(What to do):
Only the count is needed. Count the lines below with the word "origin" in them.

(Collected data):
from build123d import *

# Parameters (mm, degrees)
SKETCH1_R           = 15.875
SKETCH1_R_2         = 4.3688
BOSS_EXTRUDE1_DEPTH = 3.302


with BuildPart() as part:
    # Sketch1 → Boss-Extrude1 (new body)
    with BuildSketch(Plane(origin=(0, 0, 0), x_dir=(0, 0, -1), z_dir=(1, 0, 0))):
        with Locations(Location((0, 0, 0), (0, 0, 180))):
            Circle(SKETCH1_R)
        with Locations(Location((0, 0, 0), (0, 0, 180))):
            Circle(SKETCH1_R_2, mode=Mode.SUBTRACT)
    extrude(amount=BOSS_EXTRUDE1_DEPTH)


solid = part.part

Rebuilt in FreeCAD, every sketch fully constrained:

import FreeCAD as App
import Part
import Sketcher
from FreeCAD import Vector
Q = App.Units.Quantity

doc = App.newDocument("Part")
body = doc.addObject("PartDesign::Body", "Body")

# Sketch on YZ plane
sketch1 = body.newObject("Sketcher::SketchObject", "Sketch")
sketch1.AttachmentSupport = (doc.getObject("YZ_Plane"), [""])
sketch1.MapMode = "FlatFace"
sketch1.addGeometry([
    Part.Circle(Vector(0, 0, 0), Vector(0, 0, 1), 15.9),
    Part.Circle(Vector(0, 0, 0), Vector(0, 0, 1), 4.4),
], False)
sketch1.addConstraint([
    Sketcher.Constraint("Coincident", 0, 3, -1, 1),
    Sketcher.Constraint("Coincident", 1, 3, -1, 1),
    Sketcher.Constraint("Diameter", 0, Q("1.25 in")),
    Sketcher.Constraint("Diameter", 1, Q("0.344 in")),
])
pad1 = body.newObject("PartDesign::Pad", "Pad")
pad1.Profile = sketch1
pad1.Length = Q("0.13 in")

doc.recompute()
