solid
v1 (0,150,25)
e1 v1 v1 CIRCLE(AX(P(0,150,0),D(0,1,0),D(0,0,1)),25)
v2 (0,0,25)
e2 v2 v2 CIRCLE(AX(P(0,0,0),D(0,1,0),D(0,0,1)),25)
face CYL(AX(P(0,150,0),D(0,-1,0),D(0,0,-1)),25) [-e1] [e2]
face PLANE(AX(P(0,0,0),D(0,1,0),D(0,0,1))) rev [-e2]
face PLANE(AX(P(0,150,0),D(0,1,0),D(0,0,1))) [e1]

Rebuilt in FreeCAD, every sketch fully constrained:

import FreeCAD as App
import Part
import Sketcher
from FreeCAD import Vector

doc = App.newDocument("Part")
body = doc.addObject("PartDesign::Body", "Body")

sketch1 = doc.addObject("Sketcher::SketchObject", "Sketch")
body.addObject(sketch1)
sketch1.AttachmentSupport = (doc.XZ_Plane, [""])
sketch1.MapMode = "FlatFace"
sketch1.addGeometry(Part.Circle(Vector(0, 0, 0), Vector(0, 0, 1), 25), False)
sketch1.addConstraint([
    Sketcher.Constraint("Coincident", 0, 3, -1, 1),
    Sketcher.Constraint("Diameter", 0, 50.0),
])
pad1 = doc.addObject("PartDesign::Pad", "Pad")
body.addObject(pad1)
pad1.Profile = sketch1
pad1.Length = 150
pad1.Reversed = True

doc.recompute()
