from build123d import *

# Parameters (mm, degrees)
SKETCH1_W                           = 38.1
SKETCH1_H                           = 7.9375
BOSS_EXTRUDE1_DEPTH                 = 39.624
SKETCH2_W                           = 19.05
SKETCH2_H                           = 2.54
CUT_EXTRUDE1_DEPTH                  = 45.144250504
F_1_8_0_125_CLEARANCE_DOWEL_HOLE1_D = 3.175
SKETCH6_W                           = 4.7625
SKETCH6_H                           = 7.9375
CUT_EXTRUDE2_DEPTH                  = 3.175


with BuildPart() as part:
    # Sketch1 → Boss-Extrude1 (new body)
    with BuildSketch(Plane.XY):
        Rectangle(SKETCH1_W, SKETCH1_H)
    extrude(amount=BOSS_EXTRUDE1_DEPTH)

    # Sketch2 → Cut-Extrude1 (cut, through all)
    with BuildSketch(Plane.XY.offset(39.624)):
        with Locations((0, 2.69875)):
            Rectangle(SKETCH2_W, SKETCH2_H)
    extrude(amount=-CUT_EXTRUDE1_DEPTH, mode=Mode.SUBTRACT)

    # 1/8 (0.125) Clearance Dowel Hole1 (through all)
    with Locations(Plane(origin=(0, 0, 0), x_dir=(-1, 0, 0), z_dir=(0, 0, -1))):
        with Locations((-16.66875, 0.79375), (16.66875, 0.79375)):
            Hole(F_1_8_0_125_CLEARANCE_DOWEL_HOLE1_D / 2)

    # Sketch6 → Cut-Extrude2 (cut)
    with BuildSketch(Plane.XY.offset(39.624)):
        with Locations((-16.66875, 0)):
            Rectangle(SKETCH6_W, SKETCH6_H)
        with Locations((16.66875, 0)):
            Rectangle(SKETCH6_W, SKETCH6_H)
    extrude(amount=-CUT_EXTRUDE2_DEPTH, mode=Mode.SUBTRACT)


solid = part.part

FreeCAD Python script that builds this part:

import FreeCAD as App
import Part
import Sketcher

V = App.Vector
Q = App.Units.Quantity

doc = App.newDocument("Part")
body = doc.addObject("PartDesign::Body", "Body")

sketch1 = body.newObject("Sketcher::SketchObject", "Sketch")
sketch1.AttachmentSupport = (doc.getObject("XY_Plane"), [""])
sketch1.MapMode = "FlatFace"
sketch1.addGeometry(Part.LineSegment(V(-19, 4, 0), V(-19, -4, 0)), False)
sketch1.addGeometry(Part.LineSegment(V(-19, -4, 0), V(19, -4, 0)), False)
sketch1.addGeometry(Part.LineSegment(V(19, -4, 0), V(19, 4, 0)), False)
sketch1.addGeometry(Part.LineSegment(V(19, 4, 0), V(-19, 4, 0)), False)
sketch1.addConstraint(Sketcher.Constraint("Coincident", 0, 2, 1, 1))
sketch1.addConstraint(Sketcher.Constraint("Coincident", 1, 2, 2, 1))
sketch1.addConstraint(Sketcher.Constraint("Coincident", 2, 2, 3, 1))
sketch1.addConstraint(Sketcher.Constraint("Coincident", 3, 2, 0, 1))
sketch1.addConstraint(Sketcher.Constraint("Vertical", 0))
sketch1.addConstraint(Sketcher.Constraint("Horizontal", 1))
sketch1.addConstraint(Sketcher.Constraint("Vertical", 2))
sketch1.addConstraint(Sketcher.Constraint("Horizontal", 3))
sketch1.addConstraint(Sketcher.Constraint("Symmetric", 0, 2, 2, 2, -1, 1))
sketch1.addConstraint(Sketcher.Constraint("DistanceX", 1, 1, 1, 2, Q("1.5 in")))
sketch1.addConstraint(Sketcher.Constraint("DistanceY", 0, 2, 0, 1, Q("0.3125 in")))
pad1 = body.newObject("PartDesign::Pad", "Pad")
pad1.Profile = sketch1
pad1.Length = Q("1.56 in")

sketch2 = body.newObject("Sketcher::SketchObject", "Sketch001")
sketch2.AttachmentSupport = (doc.getObject("XY_Plane"), [""])
sketch2.MapMode = "FlatFace"
sketch2.AttachmentOffset = App.Placement(V(0, 0, 1.56 * 25.4), App.Rotation())
sketch2.addGeometry(Part.LineSegment(V(-9.5, 4, 0), V(-9.5, 1.4, 0)), False)
sketch2.addGeometry(Part.LineSegment(V(-9.5, 1.4, 0), V(9.5, 1.4, 0)), False)
sketch2.addGeometry(Part.LineSegment(V(9.5, 1.4, 0), V(9.5, 4, 0)), False)
sketch2.addGeometry(Part.LineSegment(V(9.5, 4, 0), V(-9.5, 4, 0)), False)
sketch2.addConstraint(Sketcher.Constraint("Coincident", 0, 2, 1, 1))
sketch2.addConstraint(Sketcher.Constraint("Coincident", 1, 2, 2, 1))
sketch2.addConstraint(Sketcher.Constraint("Coincident", 2, 2, 3, 1))
sketch2.addConstraint(Sketcher.Constraint("Coincident", 3, 2, 0, 1))
sketch2.addConstraint(Sketcher.Constraint("Vertical", 0))
sketch2.addConstraint(Sketcher.Constraint("Horizontal", 1))
sketch2.addConstraint(Sketcher.Constraint("Vertical", 2))
sketch2.addConstraint(Sketcher.Constraint("Horizontal", 3))
sketch2.addConstraint(Sketcher.Constraint("DistanceY", 0, 2, 0, 1, Q("0.1 in")))
sketch2.addConstraint(Sketcher.Constraint("DistanceX", 1, 1, 1, 2, Q("0.75 in")))
sketch2.addConstraint(Sketcher.Constraint("DistanceX", 0, 2, -1, 1, Q("0.375 in")))
sketch2.addConstraint(Sketcher.Constraint("DistanceY", -1, 1, 2, 2, Q("0.15625 in")))
pocket1 = body.newObject("PartDesign::Pocket", "Pocket")
pocket1.Profile = sketch2
pocket1.Type = "ThroughAll"

sketch3 = body.newObject("Sketcher::SketchObject", "Sketch002")
sketch3.AttachmentSupport = (doc.getObject("XY_Plane"), [""])
sketch3.MapMode = "FlatFace"
sketch3.addGeometry(Part.Circle(V(16.7, 0.8, 0), V(0, 0, 1), 1.6), False)
sketch3.addGeometry(Part.Circle(V(-16.7, 0.8, 0), V(0, 0, 1), 1.6), False)
sketch3.addConstraint(Sketcher.Constraint("Equal", 0, 1))
sketch3.addConstraint(Sketcher.Constraint("Symmetric", 0, 3, 1, 3, -2))
sketch3.addConstraint(Sketcher.Constraint("Diameter", 0, Q("0.125 in")))
sketch3.addConstraint(Sketcher.Constraint("DistanceX", -1, 1, 0, 3, Q("0.65625 in")))
sketch3.addConstraint(Sketcher.Constraint("DistanceY", -1, 1, 0, 3, Q("0.03125 in")))
doc.recompute()
hole = body.newObject("PartDesign::Hole", "Hole")
hole.Profile = sketch3
hole.ThreadType = "None"
hole.Diameter = Q("0.125 in")
hole.DepthType = "ThroughAll"
hole.Reversed = True

sketch4 = body.newObject("Sketcher::SketchObject", "Sketch003")
sketch4.AttachmentSupport = (doc.getObject("XY_Plane"), [""])
sketch4.MapMode = "FlatFace"
sketch4.AttachmentOffset = App.Placement(V(0, 0, 1.56 * 25.4), App.Rotation())
sketch4.addGeometry(Part.LineSegment(V(-19.1, 4, 0), V(-19.1, -4, 0)), False)
sketch4.addGeometry(Part.LineSegment(V(-19.1, -4, 0), V(-14.3, -4, 0)), False)
sketch4.addGeometry(Part.LineSegment(V(-14.3, -4, 0), V(-14.3, 4, 0)), False)
sketch4.addGeometry(Part.LineSegment(V(-14.3, 4, 0), V(-19.1, 4, 0)), False)
sketch4.addGeometry(Part.LineSegment(V(14.3, 4, 0), V(14.3, -4, 0)), False)
sketch4.addGeometry(Part.LineSegment(V(14.3, -4, 0), V(19.1, -4, 0)), False)
sketch4.addGeometry(Part.LineSegment(V(19.1, -4, 0), V(19.1, 4, 0)), False)
sketch4.addGeometry(Part.LineSegment(V(19.1, 4, 0), V(14.3, 4, 0)), False)
sketch4.addConstraint(Sketcher.Constraint("Coincident", 0, 2, 1, 1))
sketch4.addConstraint(Sketcher.Constraint("Coincident", 1, 2, 2, 1))
sketch4.addConstraint(Sketcher.Constraint("Coincident", 2, 2, 3, 1))
sketch4.addConstraint(Sketcher.Constraint("Coincident", 3, 2, 0, 1))
sketch4.addConstraint(Sketcher.Constraint("Coincident", 4, 2, 5, 1))
sketch4.addConstraint(Sketcher.Constraint("Coincident", 5, 2, 6, 1))
sketch4.addConstraint(Sketcher.Constraint("Coincident", 6, 2, 7, 1))
sketch4.addConstraint(Sketcher.Constraint("Coincident", 7, 2, 4, 1))
sketch4.addConstraint(Sketcher.Constraint("Vertical", 0))
sketch4.addConstraint(Sketcher.Constraint("Horizontal", 1))
sketch4.addConstraint(Sketcher.Constraint("Vertical", 2))
sketch4.addConstraint(Sketcher.Constraint("Horizontal", 3))
sketch4.addConstraint(Sketcher.Constraint("Vertical", 4))
sketch4.addConstraint(Sketcher.Constraint("Horizontal", 5))
sketch4.addConstraint(Sketcher.Constraint("Vertical", 6))
sketch4.addConstraint(Sketcher.Constraint("Horizontal", 7))
sketch4.addConstraint(Sketcher.Constraint("Symmetric", 2, 2, 4, 2, -1, 1))
sketch4.addConstraint(Sketcher.Constraint("Symmetric", 0, 2, 6, 2, -1, 1))
sketch4.addConstraint(Sketcher.Constraint("Horizontal", 1, 2, 4, 2))
sketch4.addConstraint(Sketcher.Constraint("DistanceX", 0, 2, 5, 2, Q("1.5 in")))
sketch4.addConstraint(Sketcher.Constraint("DistanceX", 1, 1, 1, 2, Q("0.1875 in")))
sketch4.addConstraint(Sketcher.Constraint("DistanceY", 0, 2, 0, 1, Q("0.3125 in")))
pocket2 = body.newObject("PartDesign::Pocket", "Pocket001")
pocket2.Profile = sketch4
pocket2.Length = Q("0.125 in")

doc.recompute()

(Answer area):
2